Saved data entries
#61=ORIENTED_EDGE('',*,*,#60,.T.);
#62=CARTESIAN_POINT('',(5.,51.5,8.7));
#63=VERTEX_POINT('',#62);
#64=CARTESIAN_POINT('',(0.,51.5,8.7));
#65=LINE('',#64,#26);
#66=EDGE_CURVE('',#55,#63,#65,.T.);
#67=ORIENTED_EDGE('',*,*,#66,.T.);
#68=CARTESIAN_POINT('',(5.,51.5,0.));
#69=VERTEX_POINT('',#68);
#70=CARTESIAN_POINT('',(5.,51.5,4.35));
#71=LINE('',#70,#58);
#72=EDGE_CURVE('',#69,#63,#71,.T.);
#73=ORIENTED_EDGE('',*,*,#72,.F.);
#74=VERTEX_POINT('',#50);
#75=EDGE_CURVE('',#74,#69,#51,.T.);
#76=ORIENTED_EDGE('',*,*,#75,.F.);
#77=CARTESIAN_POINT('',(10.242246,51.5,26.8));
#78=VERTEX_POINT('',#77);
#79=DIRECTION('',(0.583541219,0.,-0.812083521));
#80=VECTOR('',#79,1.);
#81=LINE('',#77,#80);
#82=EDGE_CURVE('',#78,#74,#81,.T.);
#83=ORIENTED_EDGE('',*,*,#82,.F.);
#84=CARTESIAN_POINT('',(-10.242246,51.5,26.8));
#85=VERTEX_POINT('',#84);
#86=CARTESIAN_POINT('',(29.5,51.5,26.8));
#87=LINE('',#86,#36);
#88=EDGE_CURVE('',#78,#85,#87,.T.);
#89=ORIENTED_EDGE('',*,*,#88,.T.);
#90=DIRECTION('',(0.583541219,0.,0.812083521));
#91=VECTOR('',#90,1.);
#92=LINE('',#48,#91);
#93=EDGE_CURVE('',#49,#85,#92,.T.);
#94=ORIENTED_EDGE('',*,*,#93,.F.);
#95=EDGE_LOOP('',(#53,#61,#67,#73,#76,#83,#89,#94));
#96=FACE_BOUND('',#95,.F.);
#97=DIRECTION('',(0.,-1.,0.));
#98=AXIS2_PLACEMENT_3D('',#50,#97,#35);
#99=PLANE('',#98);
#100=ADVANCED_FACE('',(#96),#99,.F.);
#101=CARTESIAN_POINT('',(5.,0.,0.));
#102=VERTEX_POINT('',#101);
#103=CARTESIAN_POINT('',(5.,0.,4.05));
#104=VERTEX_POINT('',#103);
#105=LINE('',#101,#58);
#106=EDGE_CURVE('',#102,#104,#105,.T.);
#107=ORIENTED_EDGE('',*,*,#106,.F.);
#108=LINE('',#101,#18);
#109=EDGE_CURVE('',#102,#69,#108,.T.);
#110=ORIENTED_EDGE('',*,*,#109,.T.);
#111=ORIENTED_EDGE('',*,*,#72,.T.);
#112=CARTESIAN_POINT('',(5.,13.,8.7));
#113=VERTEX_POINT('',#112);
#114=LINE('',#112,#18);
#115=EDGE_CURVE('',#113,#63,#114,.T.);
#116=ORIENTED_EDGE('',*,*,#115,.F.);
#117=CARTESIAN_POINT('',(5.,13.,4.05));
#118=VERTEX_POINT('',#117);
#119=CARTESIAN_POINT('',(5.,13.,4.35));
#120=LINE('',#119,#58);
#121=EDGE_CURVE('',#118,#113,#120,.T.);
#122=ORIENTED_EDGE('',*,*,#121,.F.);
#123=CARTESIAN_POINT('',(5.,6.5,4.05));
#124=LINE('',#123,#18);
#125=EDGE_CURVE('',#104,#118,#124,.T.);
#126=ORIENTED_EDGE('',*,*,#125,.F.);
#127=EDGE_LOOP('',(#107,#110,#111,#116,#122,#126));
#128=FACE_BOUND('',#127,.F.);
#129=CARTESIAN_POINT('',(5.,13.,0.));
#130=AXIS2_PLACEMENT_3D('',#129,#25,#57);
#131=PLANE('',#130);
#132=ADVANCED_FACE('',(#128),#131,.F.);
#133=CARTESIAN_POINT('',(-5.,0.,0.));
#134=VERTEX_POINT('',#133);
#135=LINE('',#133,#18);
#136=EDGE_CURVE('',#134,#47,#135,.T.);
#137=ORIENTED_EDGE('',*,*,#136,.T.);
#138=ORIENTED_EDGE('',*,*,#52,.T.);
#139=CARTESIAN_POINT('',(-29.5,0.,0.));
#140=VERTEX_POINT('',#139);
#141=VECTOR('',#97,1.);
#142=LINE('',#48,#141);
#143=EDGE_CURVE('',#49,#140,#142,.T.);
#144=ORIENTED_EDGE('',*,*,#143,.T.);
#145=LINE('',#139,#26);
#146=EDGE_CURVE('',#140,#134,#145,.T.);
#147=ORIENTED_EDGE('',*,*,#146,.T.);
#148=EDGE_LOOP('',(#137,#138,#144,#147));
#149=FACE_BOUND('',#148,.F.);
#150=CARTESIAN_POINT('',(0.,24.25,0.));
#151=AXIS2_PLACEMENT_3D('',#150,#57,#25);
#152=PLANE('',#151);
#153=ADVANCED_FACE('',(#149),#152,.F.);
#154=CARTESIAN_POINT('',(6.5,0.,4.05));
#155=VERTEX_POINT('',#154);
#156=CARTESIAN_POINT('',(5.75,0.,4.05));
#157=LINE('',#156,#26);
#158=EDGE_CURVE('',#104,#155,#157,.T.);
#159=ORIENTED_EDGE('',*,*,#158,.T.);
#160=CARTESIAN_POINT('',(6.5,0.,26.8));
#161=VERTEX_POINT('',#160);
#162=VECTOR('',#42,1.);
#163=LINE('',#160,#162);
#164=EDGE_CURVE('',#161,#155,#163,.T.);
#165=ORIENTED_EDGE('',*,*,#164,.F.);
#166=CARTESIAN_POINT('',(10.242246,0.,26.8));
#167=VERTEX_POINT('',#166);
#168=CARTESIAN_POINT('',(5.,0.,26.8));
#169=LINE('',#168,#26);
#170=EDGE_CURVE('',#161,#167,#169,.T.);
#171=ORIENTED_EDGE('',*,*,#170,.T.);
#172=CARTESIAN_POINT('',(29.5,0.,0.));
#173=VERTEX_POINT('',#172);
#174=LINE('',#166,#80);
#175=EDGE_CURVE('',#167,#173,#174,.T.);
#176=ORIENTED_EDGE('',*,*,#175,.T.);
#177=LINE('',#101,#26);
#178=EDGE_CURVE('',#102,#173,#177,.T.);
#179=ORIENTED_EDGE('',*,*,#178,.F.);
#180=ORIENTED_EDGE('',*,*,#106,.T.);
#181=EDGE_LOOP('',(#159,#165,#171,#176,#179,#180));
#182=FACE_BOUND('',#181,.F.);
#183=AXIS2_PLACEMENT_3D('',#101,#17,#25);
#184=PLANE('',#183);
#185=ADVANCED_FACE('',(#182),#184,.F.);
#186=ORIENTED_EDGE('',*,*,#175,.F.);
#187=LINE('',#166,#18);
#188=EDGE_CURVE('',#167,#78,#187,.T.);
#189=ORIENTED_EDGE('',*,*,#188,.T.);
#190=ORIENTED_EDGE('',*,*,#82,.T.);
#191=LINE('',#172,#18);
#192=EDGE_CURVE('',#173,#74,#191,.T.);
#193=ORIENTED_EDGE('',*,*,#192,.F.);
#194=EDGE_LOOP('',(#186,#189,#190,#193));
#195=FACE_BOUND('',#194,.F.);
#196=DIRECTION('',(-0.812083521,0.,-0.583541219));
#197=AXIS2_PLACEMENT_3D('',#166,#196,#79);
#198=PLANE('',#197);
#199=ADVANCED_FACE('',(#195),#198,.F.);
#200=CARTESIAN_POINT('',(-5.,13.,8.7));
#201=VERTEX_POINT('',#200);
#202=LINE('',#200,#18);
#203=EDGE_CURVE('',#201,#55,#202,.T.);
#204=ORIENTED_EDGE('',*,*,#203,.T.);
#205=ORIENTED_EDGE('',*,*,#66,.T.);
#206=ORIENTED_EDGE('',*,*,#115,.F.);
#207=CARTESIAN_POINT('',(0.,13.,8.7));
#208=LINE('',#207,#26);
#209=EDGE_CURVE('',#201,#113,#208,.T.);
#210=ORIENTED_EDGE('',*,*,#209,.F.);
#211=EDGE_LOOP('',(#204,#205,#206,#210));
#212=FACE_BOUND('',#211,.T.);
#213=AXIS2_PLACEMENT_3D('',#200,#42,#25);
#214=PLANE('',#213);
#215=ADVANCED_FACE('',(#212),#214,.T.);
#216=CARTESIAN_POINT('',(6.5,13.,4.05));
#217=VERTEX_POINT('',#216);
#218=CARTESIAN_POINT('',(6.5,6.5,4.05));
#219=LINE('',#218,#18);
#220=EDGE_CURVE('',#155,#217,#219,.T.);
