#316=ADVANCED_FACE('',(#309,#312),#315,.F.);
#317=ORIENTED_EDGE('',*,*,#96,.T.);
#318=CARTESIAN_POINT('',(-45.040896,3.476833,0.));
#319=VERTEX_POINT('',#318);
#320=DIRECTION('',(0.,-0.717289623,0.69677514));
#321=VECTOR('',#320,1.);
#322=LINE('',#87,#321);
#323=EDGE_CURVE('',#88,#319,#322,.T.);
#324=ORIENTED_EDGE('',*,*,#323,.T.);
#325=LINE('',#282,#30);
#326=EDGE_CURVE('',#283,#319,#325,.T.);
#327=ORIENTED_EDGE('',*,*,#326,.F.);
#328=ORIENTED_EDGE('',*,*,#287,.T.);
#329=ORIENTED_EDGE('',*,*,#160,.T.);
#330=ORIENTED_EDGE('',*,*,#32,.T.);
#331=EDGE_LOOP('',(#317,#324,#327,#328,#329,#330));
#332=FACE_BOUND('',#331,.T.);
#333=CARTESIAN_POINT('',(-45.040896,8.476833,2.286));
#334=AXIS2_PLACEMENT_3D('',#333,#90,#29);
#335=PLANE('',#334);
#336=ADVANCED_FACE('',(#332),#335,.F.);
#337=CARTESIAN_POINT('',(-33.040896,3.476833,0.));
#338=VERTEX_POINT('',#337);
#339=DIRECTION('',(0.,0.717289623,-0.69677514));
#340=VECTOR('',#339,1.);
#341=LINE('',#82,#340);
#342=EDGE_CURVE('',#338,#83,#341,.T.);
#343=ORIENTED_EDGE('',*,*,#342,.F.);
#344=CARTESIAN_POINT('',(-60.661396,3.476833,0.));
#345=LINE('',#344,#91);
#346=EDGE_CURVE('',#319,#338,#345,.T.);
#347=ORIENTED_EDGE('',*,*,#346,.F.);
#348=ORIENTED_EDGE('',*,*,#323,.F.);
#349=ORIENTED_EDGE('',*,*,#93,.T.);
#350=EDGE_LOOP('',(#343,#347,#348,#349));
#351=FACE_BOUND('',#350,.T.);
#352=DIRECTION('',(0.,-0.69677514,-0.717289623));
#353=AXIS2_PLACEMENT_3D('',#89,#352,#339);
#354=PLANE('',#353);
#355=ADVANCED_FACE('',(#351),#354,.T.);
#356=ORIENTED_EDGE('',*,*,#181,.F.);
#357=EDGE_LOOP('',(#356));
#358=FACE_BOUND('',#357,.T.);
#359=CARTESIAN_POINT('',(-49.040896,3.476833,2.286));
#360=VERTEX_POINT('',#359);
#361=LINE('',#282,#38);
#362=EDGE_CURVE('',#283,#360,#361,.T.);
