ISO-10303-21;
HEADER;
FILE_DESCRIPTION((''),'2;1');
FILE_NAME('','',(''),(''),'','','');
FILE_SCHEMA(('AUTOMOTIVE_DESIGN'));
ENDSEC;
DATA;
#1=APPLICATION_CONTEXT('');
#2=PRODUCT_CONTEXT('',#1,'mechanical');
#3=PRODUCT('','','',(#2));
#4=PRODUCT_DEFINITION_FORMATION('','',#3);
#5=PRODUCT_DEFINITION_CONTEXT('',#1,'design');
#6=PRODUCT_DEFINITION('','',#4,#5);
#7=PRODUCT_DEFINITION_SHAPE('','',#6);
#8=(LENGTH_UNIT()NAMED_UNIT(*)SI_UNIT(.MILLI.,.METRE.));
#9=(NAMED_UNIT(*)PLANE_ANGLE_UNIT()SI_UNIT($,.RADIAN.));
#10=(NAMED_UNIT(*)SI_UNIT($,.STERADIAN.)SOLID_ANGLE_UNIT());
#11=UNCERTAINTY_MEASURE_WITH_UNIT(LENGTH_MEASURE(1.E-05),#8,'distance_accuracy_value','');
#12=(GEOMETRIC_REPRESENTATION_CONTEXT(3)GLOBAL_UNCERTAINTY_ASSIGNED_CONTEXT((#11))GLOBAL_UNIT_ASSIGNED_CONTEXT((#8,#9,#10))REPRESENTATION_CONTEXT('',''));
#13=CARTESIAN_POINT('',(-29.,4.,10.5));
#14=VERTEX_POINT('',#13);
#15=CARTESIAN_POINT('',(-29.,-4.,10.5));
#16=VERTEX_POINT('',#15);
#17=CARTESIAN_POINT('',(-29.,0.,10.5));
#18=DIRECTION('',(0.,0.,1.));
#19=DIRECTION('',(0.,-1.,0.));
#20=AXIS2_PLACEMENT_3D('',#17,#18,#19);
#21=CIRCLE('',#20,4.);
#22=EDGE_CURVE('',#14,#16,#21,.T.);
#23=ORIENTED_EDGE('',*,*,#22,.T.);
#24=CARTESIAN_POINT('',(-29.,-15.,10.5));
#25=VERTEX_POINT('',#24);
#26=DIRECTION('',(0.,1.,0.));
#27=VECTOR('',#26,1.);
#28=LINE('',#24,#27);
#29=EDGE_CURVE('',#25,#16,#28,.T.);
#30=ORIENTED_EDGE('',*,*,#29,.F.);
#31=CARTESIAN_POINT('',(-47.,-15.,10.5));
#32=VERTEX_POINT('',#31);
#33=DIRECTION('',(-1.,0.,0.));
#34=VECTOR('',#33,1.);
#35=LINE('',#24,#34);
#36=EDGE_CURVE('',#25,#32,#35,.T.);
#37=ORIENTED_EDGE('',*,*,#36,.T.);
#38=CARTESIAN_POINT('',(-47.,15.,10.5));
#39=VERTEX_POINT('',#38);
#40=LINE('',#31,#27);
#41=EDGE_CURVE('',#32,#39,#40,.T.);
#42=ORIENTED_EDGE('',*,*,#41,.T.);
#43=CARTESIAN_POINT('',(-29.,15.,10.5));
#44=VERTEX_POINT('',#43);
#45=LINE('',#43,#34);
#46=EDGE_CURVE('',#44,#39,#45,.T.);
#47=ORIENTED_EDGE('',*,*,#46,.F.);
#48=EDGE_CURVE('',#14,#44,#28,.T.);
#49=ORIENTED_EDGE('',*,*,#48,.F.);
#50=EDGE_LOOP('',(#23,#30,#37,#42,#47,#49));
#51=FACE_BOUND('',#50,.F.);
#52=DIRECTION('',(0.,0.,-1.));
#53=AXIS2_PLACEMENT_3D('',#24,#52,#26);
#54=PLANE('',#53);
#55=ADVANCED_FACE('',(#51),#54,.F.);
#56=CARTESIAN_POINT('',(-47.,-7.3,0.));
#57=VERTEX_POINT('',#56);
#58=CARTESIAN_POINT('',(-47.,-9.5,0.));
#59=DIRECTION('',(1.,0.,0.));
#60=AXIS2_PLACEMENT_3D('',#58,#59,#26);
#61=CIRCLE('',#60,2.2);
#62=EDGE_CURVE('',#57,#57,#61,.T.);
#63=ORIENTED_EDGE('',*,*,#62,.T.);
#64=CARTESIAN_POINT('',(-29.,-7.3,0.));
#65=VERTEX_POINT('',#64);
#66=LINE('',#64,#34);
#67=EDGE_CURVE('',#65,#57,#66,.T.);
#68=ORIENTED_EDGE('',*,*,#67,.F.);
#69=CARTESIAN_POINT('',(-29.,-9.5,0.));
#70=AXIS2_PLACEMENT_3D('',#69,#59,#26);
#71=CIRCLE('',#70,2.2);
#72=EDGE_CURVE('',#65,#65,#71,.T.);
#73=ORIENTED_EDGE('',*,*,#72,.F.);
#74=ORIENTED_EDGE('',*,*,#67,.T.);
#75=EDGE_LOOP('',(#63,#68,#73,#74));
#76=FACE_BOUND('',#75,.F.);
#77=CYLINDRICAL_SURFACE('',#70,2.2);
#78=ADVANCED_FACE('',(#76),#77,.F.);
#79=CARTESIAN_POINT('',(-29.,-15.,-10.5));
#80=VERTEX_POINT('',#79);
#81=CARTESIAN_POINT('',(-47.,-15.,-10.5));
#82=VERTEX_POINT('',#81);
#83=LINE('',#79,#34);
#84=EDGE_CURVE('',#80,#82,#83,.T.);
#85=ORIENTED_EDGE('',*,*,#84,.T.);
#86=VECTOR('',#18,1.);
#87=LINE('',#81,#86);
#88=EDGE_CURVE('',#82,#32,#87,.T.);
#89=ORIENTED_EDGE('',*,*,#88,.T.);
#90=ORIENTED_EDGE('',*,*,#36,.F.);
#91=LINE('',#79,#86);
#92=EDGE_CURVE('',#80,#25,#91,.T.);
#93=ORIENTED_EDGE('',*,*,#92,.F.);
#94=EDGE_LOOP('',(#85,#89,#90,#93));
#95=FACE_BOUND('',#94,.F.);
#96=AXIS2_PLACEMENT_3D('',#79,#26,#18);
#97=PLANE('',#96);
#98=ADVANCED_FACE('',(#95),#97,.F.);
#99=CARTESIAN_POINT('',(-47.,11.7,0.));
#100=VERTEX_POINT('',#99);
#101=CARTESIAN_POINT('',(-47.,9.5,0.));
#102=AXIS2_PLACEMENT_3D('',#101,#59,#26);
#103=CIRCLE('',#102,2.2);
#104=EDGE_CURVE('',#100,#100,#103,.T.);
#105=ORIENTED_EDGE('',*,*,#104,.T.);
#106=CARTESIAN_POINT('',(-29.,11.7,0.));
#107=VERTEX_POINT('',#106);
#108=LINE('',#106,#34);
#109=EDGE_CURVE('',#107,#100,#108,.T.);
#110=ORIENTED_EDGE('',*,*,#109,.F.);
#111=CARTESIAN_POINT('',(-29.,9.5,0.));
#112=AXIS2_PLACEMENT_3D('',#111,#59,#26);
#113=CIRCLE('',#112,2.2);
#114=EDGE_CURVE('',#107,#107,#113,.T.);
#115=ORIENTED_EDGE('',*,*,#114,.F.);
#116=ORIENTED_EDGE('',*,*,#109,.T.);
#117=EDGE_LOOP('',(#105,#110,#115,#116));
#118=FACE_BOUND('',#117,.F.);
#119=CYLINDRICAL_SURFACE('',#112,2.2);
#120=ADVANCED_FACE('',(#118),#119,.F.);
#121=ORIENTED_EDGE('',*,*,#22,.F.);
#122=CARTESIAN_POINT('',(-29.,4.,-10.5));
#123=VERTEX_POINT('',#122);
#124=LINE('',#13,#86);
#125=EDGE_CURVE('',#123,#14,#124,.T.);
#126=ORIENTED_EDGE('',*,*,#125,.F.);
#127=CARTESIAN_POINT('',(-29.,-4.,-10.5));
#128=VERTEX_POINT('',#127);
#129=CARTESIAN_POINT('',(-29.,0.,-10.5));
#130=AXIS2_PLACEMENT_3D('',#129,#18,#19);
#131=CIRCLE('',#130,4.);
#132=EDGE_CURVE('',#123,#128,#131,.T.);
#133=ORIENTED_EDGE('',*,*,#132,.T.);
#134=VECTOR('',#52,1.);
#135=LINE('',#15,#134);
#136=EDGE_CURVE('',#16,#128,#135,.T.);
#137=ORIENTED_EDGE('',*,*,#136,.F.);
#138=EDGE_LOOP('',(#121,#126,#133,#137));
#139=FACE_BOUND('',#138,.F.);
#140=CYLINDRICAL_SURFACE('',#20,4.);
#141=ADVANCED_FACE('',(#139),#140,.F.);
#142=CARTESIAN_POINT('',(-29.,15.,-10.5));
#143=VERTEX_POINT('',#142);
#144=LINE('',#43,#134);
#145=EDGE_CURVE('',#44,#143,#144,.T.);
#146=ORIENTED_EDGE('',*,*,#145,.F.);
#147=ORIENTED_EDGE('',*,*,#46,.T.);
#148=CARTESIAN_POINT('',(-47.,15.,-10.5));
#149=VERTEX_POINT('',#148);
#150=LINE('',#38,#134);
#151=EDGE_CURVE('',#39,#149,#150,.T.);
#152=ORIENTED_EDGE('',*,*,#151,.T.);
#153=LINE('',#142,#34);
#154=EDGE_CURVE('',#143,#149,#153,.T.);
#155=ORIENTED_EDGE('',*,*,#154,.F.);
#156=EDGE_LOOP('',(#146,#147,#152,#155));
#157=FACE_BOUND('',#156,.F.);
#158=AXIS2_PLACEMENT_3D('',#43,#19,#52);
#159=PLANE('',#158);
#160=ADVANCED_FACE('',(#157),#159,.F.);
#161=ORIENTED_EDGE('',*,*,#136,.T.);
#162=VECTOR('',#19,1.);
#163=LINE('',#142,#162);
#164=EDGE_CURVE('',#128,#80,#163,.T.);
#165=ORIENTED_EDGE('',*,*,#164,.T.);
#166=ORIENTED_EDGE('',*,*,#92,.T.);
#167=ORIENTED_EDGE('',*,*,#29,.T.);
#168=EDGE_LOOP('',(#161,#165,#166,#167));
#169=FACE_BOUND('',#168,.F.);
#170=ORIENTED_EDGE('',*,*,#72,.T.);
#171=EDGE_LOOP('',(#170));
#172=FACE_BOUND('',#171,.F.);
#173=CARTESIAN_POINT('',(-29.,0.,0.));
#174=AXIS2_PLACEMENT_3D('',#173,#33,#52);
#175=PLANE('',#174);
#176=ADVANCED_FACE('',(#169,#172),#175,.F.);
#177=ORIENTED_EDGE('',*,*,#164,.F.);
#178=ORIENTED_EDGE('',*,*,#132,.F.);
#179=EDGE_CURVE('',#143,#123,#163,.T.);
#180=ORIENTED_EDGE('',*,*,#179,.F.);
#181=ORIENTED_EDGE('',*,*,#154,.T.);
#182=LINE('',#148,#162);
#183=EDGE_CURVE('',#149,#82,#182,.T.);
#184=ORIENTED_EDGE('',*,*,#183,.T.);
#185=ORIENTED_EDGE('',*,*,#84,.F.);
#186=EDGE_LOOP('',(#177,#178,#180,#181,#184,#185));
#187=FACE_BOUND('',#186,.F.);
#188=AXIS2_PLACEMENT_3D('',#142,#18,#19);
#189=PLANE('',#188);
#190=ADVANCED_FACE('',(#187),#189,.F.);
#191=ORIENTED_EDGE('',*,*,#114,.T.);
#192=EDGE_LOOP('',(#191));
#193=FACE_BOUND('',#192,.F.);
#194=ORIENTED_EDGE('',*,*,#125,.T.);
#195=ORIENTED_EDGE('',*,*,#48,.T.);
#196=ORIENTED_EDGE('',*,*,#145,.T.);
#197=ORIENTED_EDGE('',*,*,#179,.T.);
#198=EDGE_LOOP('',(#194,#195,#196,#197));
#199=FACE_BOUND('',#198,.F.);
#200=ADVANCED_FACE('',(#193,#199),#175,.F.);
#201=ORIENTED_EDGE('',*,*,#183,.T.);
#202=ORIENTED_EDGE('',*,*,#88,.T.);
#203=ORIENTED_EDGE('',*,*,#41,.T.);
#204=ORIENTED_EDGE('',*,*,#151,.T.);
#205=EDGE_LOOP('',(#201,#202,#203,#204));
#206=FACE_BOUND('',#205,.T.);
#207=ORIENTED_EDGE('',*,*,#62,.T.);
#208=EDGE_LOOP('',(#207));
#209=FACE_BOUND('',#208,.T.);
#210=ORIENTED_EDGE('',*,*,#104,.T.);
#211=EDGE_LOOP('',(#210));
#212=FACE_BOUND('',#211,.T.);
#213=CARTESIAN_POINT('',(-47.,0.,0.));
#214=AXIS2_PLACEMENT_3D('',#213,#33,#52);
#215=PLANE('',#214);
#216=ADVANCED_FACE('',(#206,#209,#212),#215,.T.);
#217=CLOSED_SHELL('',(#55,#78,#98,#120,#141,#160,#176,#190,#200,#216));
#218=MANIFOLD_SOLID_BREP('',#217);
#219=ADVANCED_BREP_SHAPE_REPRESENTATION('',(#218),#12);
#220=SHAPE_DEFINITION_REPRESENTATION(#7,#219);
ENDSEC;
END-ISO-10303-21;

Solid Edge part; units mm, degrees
sketch "Sketch1" plane through (-29, 0, 0) normal (1, 0, 0) x (0, 1, 0)
  circle A0 centre (-9.5, 0) radius 2.2
  line L0 (15, -10.5) -> (-15, -10.5)
  line L1 (-15, -10.5) -> (-15, 10.5)
  line L2 (-15, 10.5) -> (15, 10.5)
  line L3 (15, 10.5) -> (15, -10.5)
  circle A1 centre (9.5, 0) radius 2.2
  dimension "D1" = 15
  dimension "D2" = 15
extrude "ExtrudedProtrusion_1" add sketch "Sketch1" against normal blind 18
sketch "Sketch2" plane through (-36.5, 0, 10.5) normal (0, 0, 1) x (0, -1, 0)
  circle A0 centre (0, 7.5) radius 4
extrude "Cutout1" cut sketch "Sketch2" against normal through all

→ **ASSIGNMENT**
As the answer, set down only the lines from the data above between the one holding "#94=ORIENTED_EDGE('',*,*,#93,.F.);" and the one holding "#132=ADVANCED_FACE('',(#128),#131,.F.);", inclusive, exactly as they read.

→ **PROBLEM SOLUTION**
#94=ORIENTED_EDGE('',*,*,#93,.F.);
#95=EDGE_LOOP('',(#53,#61,#67,#73,#76,#83,#89,#94));
#96=FACE_BOUND('',#95,.F.);
#97=DIRECTION('',(0.,-1.,0.));
#98=AXIS2_PLACEMENT_3D('',#50,#97,#35);
#99=PLANE('',#98);
#100=ADVANCED_FACE('',(#96),#99,.F.);
#101=CARTESIAN_POINT('',(5.,0.,0.));
#102=VERTEX_POINT('',#101);
#103=CARTESIAN_POINT('',(5.,0.,4.05));
#104=VERTEX_POINT('',#103);
#105=LINE('',#101,#58);
#106=EDGE_CURVE('',#102,#104,#105,.T.);
#107=ORIENTED_EDGE('',*,*,#106,.F.);
#108=LINE('',#101,#18);
#109=EDGE_CURVE('',#102,#69,#108,.T.);
#110=ORIENTED_EDGE('',*,*,#109,.T.);
#111=ORIENTED_EDGE('',*,*,#72,.T.);
#112=CARTESIAN_POINT('',(5.,13.,8.7));
#113=VERTEX_POINT('',#112);
#114=LINE('',#112,#18);
#115=EDGE_CURVE('',#113,#63,#114,.T.);
#116=ORIENTED_EDGE('',*,*,#115,.F.);
#117=CARTESIAN_POINT('',(5.,13.,4.05));
#118=VERTEX_POINT('',#117);
#119=CARTESIAN_POINT('',(5.,13.,4.35));
#120=LINE('',#119,#58);
#121=EDGE_CURVE('',#118,#113,#120,.T.);
#122=ORIENTED_EDGE('',*,*,#121,.F.);
#123=CARTESIAN_POINT('',(5.,6.5,4.05));
#124=LINE('',#123,#18);
#125=EDGE_CURVE('',#104,#118,#124,.T.);
#126=ORIENTED_EDGE('',*,*,#125,.F.);
#127=EDGE_LOOP('',(#107,#110,#111,#116,#122,#126));
#128=FACE_BOUND('',#127,.F.);
#129=CARTESIAN_POINT('',(5.,13.,0.));
#130=AXIS2_PLACEMENT_3D('',#129,#25,#57);
#131=PLANE('',#130);
#132=ADVANCED_FACE('',(#128),#131,.F.);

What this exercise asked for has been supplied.